You precompute the _pt values which converts them into probabilities. Unfortunately, this is not good because the probabilities are very very small (it would be better to keep them as log probabilities maybe, if possible).

Then you have code that converts them back into log probabilities, e.g., tau[i] += numpy.exp( self.log_sum( (ksi_sum[ix] + numpy.log( tA ) ).flatten() ) ) #tau is not in log prob anymore., notice the numpy.log(tA). I think the tA values just above have tA /= self._pt[ ix ] just above, where very very small values of _pt will produce NaN values, which is causing the problems I think.

So I found the error, it wasn't actually due to using probabilities instead of log probabilities. Instead, it was due to the way you were calculating tA. In particular, you have multiple lines: tA /= self._pt[ ix ] (e.g., line 817). In cases where tA is 0, self._pt[ ix] will be 0, and you get NaN values, then the next line tau[i] += numpy.exp( self.log_sum( (ksi_sum[ix] + numpy.log( tA ) ).flatten() ) ) does not handle the NaN's properly.

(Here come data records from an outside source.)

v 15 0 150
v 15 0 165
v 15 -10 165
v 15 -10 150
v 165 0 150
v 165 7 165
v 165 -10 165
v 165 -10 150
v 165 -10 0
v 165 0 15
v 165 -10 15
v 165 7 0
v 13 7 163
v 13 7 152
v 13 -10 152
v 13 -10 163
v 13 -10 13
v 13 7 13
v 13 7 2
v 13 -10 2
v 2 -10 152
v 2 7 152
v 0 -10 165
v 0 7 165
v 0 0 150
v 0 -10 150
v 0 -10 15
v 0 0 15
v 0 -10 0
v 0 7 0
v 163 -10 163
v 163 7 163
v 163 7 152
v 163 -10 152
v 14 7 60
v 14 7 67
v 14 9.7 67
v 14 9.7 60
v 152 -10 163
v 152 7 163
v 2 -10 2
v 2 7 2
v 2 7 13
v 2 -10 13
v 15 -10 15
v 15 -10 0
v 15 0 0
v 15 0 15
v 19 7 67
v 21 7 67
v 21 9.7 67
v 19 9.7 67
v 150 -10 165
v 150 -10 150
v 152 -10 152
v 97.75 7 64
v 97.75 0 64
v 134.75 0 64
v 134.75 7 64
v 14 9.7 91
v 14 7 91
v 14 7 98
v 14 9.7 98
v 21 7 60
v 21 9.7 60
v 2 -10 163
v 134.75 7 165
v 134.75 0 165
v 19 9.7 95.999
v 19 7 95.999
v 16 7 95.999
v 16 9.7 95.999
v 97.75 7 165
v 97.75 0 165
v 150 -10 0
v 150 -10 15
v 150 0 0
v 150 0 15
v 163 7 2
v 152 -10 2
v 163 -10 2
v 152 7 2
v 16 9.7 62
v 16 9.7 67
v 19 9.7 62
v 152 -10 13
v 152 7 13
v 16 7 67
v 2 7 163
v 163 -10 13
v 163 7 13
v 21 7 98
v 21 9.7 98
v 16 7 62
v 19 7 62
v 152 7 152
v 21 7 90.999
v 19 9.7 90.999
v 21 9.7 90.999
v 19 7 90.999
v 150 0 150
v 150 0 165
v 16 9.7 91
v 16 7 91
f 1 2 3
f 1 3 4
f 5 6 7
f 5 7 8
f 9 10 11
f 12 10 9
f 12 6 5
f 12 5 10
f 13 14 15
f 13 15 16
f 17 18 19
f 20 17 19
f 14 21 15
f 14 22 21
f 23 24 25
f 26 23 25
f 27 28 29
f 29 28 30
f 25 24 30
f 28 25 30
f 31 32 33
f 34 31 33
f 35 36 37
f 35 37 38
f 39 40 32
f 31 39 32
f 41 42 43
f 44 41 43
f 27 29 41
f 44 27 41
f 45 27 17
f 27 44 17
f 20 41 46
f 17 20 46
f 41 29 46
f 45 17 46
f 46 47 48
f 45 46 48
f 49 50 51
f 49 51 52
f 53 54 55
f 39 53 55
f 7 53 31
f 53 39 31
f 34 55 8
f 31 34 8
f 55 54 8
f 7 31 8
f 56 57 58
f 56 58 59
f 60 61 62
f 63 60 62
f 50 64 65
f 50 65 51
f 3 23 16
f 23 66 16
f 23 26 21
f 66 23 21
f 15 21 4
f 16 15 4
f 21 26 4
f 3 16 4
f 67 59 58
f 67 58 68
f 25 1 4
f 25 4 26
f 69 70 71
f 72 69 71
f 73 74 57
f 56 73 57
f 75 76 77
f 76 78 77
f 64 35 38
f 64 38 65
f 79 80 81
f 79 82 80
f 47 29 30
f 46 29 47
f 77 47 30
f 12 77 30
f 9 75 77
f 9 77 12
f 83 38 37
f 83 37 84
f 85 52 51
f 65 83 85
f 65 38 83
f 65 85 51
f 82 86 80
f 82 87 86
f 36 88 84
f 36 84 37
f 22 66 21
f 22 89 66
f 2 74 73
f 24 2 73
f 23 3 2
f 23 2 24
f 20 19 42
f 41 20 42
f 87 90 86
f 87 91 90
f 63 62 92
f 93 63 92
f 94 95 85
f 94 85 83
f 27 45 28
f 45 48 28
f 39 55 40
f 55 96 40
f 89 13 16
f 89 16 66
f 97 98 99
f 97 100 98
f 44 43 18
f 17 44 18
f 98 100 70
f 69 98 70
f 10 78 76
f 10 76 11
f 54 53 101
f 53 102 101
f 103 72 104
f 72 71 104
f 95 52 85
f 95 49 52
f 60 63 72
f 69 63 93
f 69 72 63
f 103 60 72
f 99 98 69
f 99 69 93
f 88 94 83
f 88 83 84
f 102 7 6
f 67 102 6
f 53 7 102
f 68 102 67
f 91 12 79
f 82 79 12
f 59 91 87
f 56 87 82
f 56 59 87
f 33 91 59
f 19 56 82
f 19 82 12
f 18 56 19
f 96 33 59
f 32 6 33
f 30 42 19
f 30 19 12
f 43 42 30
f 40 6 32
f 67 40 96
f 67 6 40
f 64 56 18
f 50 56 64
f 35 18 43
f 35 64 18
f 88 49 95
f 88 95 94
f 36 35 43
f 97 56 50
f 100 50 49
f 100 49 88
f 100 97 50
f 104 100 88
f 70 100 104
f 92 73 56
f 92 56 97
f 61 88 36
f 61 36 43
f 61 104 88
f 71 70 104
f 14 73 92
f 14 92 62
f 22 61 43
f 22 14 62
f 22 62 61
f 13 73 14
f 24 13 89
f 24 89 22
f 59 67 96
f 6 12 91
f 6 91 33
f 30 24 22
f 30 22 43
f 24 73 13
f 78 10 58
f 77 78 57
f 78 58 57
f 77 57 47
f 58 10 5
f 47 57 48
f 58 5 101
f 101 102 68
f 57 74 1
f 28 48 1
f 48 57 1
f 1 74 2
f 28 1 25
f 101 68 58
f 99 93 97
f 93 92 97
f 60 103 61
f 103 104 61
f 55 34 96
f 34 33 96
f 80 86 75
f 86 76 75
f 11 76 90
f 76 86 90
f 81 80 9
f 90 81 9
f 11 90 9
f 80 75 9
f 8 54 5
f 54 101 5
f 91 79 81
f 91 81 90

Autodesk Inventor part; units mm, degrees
ref_plane "YZ Plane" through (0, 0, 0) normal (1, 0, 0) x (0, 1, 0)
ref_plane "XZ Plane" through (0, 0, 0) normal (0, 1, 0) x (-1, 0, 0)
ref_plane "XY Plane" through (0, 0, 0) normal (0, 0, 1) x (1, 0, 0)
sketch "Sketch1" plane through (0, 0, 0) normal (0, 1, 0) x (-1, 0, 0)
  line L0 (0, 0) -> (-165, 0)
  line L1 (-165, 0) -> (-165, 165)
  line L2 (-165, 165) -> (0, 165)
  line L3 (0, 165) -> (0, 0)
  line L4 (-165, 165) -> (-150, 165)
  line L5 (-165, 150) -> (-165, 165)
  line L6 (-163, 152) -> (-152, 152)
  line L7 (-152, 152) -> (-152, 163)
  line L8 (-152, 163) -> (-163, 163)
  line L9 (-163, 163) -> (-163, 152)
  line L10 (-2, 152) -> (-13, 152)
  line L11 (-13, 152) -> (-13, 163)
  line L12 (-13, 163) -> (-2, 163)
  line L13 (-2, 163) -> (-2, 152)
  line L14 (-163, 13) -> (-152, 13)
  line L15 (-152, 13) -> (-152, 2)
  line L16 (-152, 2) -> (-163, 2)
  line L17 (-163, 2) -> (-163, 13)
  line L18 (-2, 13) -> (-13, 13)
  line L19 (-13, 13) -> (-13, 2)
  line L20 (-13, 2) -> (-2, 2)
  line L21 (-2, 2) -> (-2, 13)
  line L22 (-150, 150) -> (-165, 150)
  line L23 (-165, 150) -> (-165, 165)
  line L24 (-165, 165) -> (-150, 165)
  line L25 (-150, 165) -> (-150, 150)
  line L26 (-150, 15) -> (-165, 15)
  line L27 (-165, 15) -> (-165, 0)
  line L28 (-165, 0) -> (-150, 0)
  line L29 (-150, 0) -> (-150, 15)
  line L30 (-15, 15) -> (0, 15)
  line L31 (0, 15) -> (0, 0)
  line L32 (0, 0) -> (-15, 0)
  line L33 (-15, 0) -> (-15, 15)
  line L34 (-15, 150) -> (0, 150)
  line L35 (0, 150) -> (0, 165)
  line L36 (0, 165) -> (-15, 165)
  line L37 (-15, 165) -> (-15, 150)
  line L38 (-165, 165) -> (-133.75, 165)
  line L39 (-133.75, 165) -> (-97.75, 165)
  line L40 (-97.75, 165) -> (-97.75, 64)
  line L41 (-97.75, 64) -> (-133.75, 64)
  line L42 (-133.75, 64) -> (-133.75, 165)
  point P0 (0, 15)
  dimension "d0" = 165
  dimension "d1" = 165
  dimension "d5" = 2
  dimension "d6" = 2
  dimension "d7" = 2
  dimension "d8" = 2
  dimension "d9" = 31.25
  dimension "d10" = 36
  dimension "d11" = 101
extrude "Extrusion1" add sketch "Sketch1" along normal blind 7 contours L0 L29 L26 L1 L22 L25 L2 L42 L41 L40 L37 L34 L3 L30 L33
sketch "Sketch2" plane through (0, 7, 0) normal (0, 1, 0) x (1, 0, 0)
  line L0 (15, -15) -> (0, -15) projected
  line L1 (15, -15) -> (0, -15)
  line L2 (0, -15) -> (0, 0)
  line L3 (0, 0) -> (15, 0)
  line L4 (15, 0) -> (15, -15)
  line L5 (150, -15) -> (150, 0) projected
  line L6 (150, -15) -> (165, -15)
  line L7 (165, -15) -> (165, 0)
  line L8 (165, 0) -> (150, 0)
  line L9 (150, 0) -> (150, -15)
  line L10 (150, -150) -> (165, -150) projected
  line L11 (150, -150) -> (165, -150)
  line L12 (165, -150) -> (165, -165)
  line L13 (165, -165) -> (150, -165)
  line L14 (150, -165) -> (150, -150)
  line L15 (15, -150) -> (0, -150)
  line L16 (0, -150) -> (0, -165)
  line L17 (0, -165) -> (15, -165)
  line L18 (15, -165) -> (15, -150)
  line L19 (2, -163) -> (2, -152)
  line L20 (2, -152) -> (13, -152)
  line L21 (13, -152) -> (13, -163)
  line L22 (13, -163) -> (2, -163)
  line L23 (2, -2) -> (2, -13)
  line L24 (2, -13) -> (13, -13)
  line L25 (13, -13) -> (13, -2)
  line L26 (13, -2) -> (2, -2)
  line L27 (163, -2) -> (163, -13)
  line L28 (163, -13) -> (152, -13)
  line L29 (152, -13) -> (152, -2)
  line L30 (152, -2) -> (163, -2)
  line L31 (163, -163) -> (163, -152)
  line L32 (163, -152) -> (152, -152)
  line L33 (152, -152) -> (152, -163)
  line L34 (152, -163) -> (163, -163)
  dimension "d14" = 15
  dimension "d15" = 15
  dimension "d16" = 15
  dimension "d17" = 15
  dimension "d18" = 15
  dimension "d19" = 15
  dimension "d20" = 15
  dimension "d21" = 15
  dimension "d22" = 2
  dimension "d23" = 2
  dimension "d24" = 2
  dimension "d25" = 2
extrude "Extrusion2" add sketch "Sketch2" against normal blind 17
sketch "Sketch3" plane through (0, 7, 0) normal (0, 1, 0) x (1, 0, 0)
  point P0 (0, 0)
surface extrude "ExtrusionSrf1" sketch "Sketch2" against normal blind 37 shown yes curves L21 L22 L19 L20
surface extrude "ExtrusionSrf2" sketch "Sketch2" against normal blind 37 shown yes curves L27 L28 L29 L30
surface extrude "ExtrusionSrf3" sketch "Sketch2" against normal blind 37 shown yes curves L25 L26 L23 L24
surface extrude "ExtrusionSrf4" sketch "Sketch2" against normal blind 37 shown yes curves L31 L32 L33 L34
sketch "Sketch4" plane through (133.75, 0, 64) normal (-1, 0, 0) x (0, 0, 1)
  line L0 (0, 7) -> (101, 7) projected
  line L1 (101, 0) -> (101, 7) projected
  line L2 (0, 7) -> (101, 7)
  line L3 (101, 7) -> (101, 0)
  line L4 (101, 0) -> (0, 0)
  line L5 (0, 0) -> (0, 7)
  line L6 (0, 0) -> (0, 7) projected
  line L7 (0, 7) -> (101, 7)
  line L8 (101, 7) -> (101, 0)
  line L9 (101, 0) -> (0, 0)
  line L10 (0, 0) -> (0, 7)
  point P0 (-64, 0)
extrude "Extrusion3" cut sketch "Sketch4" against normal blind 1
sketch "Sketch5" plane through (0, 7, 0) normal (0, 1, 0) x (1, 0, 0)
  line L0 (13, -2) -> (13, -13) projected
  line L1 (0, 0) -> (0, -165) projected
  line L2 (16, -67) -> (19, -67)
  line L3 (19, -67) -> (19, -62)
  line L4 (19, -62) -> (16, -62)
  line L5 (16, -62) -> (16, -67)
  line L6 (21, -60) -> (21, -67)
  line L7 (14, -67) -> (14, -60)
  line L8 (14, -60) -> (21, -60)
  line L9 (21, -67) -> (14, -67)
  line L10 (19, -90.9991) -> (19, -95.9991)
  line L11 (19, -95.9991) -> (16, -95.9991)
  line L12 (16, -95.9991) -> (16, -90.9995)
  line L13 (21, -97.9995) -> (21, -90.9991)
  line L14 (14, -90.9995) -> (14, -97.9995)
  line L15 (14, -97.9995) -> (21, -97.9995)
  line L16 (19, -90.9991) -> (19, -95.9991)
  line L17 (16, -95.9991) -> (16, -90.9995)
  line L18 (14, -90.9995) -> (14, -97.9995)
  line L19 (21, -97.9995) -> (21, -90.9991)
  line L20 (19, -67) -> (21, -67)
  line L21 (21, -60) -> (14, -60)
  line L22 (14, -67) -> (16, -67)
  line L23 (16, -62) -> (19, -62)
  line L24 (19, -90.9991) -> (21, -90.9991)
  line L25 (16, -90.9995) -> (14, -90.9995)
  line L26 (14, -97.9995) -> (16, -97.9995)
  line L27 (16, -97.9995) -> (16, -90.9995)
  line L28 (16, -90.9995) -> (14, -90.9995)
  line L29 (14, -90.9995) -> (14, -97.9995)
  line L30 (16, -97.9995) -> (21, -97.9995)
  line L31 (21, -97.9995) -> (21, -95.9991)
  line L32 (21, -95.9991) -> (16, -95.9991)
  line L33 (16, -95.9991) -> (16, -97.9995)
  line L34 (21, -90.9991) -> (19, -90.9991)
  line L35 (19, -90.9991) -> (19, -95.9991)
  line L36 (19, -95.9991) -> (21, -95.9991)
  line L37 (21, -95.9991) -> (21, -90.9991)
  line L38 (19, -67) -> (21, -67)
  line L39 (21, -67) -> (21, -60)
  line L40 (21, -60) -> (19, -60)
  line L41 (19, -60) -> (19, -67)
  line L42 (19, -60) -> (14, -60)
  line L43 (14, -60) -> (14, -62)
  line L44 (14, -62) -> (19, -62)
  line L45 (19, -62) -> (19, -60)
  line L46 (16, -62) -> (14, -62)
  line L47 (14, -62) -> (14, -67)
  line L48 (14, -67) -> (16, -67)
  line L49 (16, -67) -> (16, -62)
  dimension "d42" = 3
  dimension "d43" = 5
  dimension "d44" = 2
extrude "Extrusion4" add sketch "Sketch5" along normal blind 2.7 contours L9 L7 L44 L5 | L3 L41 L8 L6 L9 | L44 L7 L8 L41 L4 | L24 L13 L32 L10 | L32 L13 L15 L27 L11 | L27 L15 L14 L25 L12
properties part number "piano superiore"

To fix this, I only divide tA by _pt values when they are non-zero, so I replace tA /= self._pt[ ix ] by tA = numpy.divide(tA, self._pt[ ix ], out=numpy.zeros_like(tA), where=tA!=0).

This fixes my original example. However, if we have a case where there are two states and no transitions between them (only initial probabilities that specify the likelihood of each state). We sometimes have Q matrics that are all zeros.

You have the code that throws an error when this happens (but it is a valid case, especially now that I've fixed the above error):

if sum( self._q.flatten() ) == 0:
                raise ValueError("Parameter error! Matrix Q can't contain unreachable states.")

If we remove this code, then my second and third examples work.

After making these changes (and fixing one other line that prints the correct baum_welch iteration) the code passes all your tests as well my examples above. I just sent you a pull request for these changes (#8 ).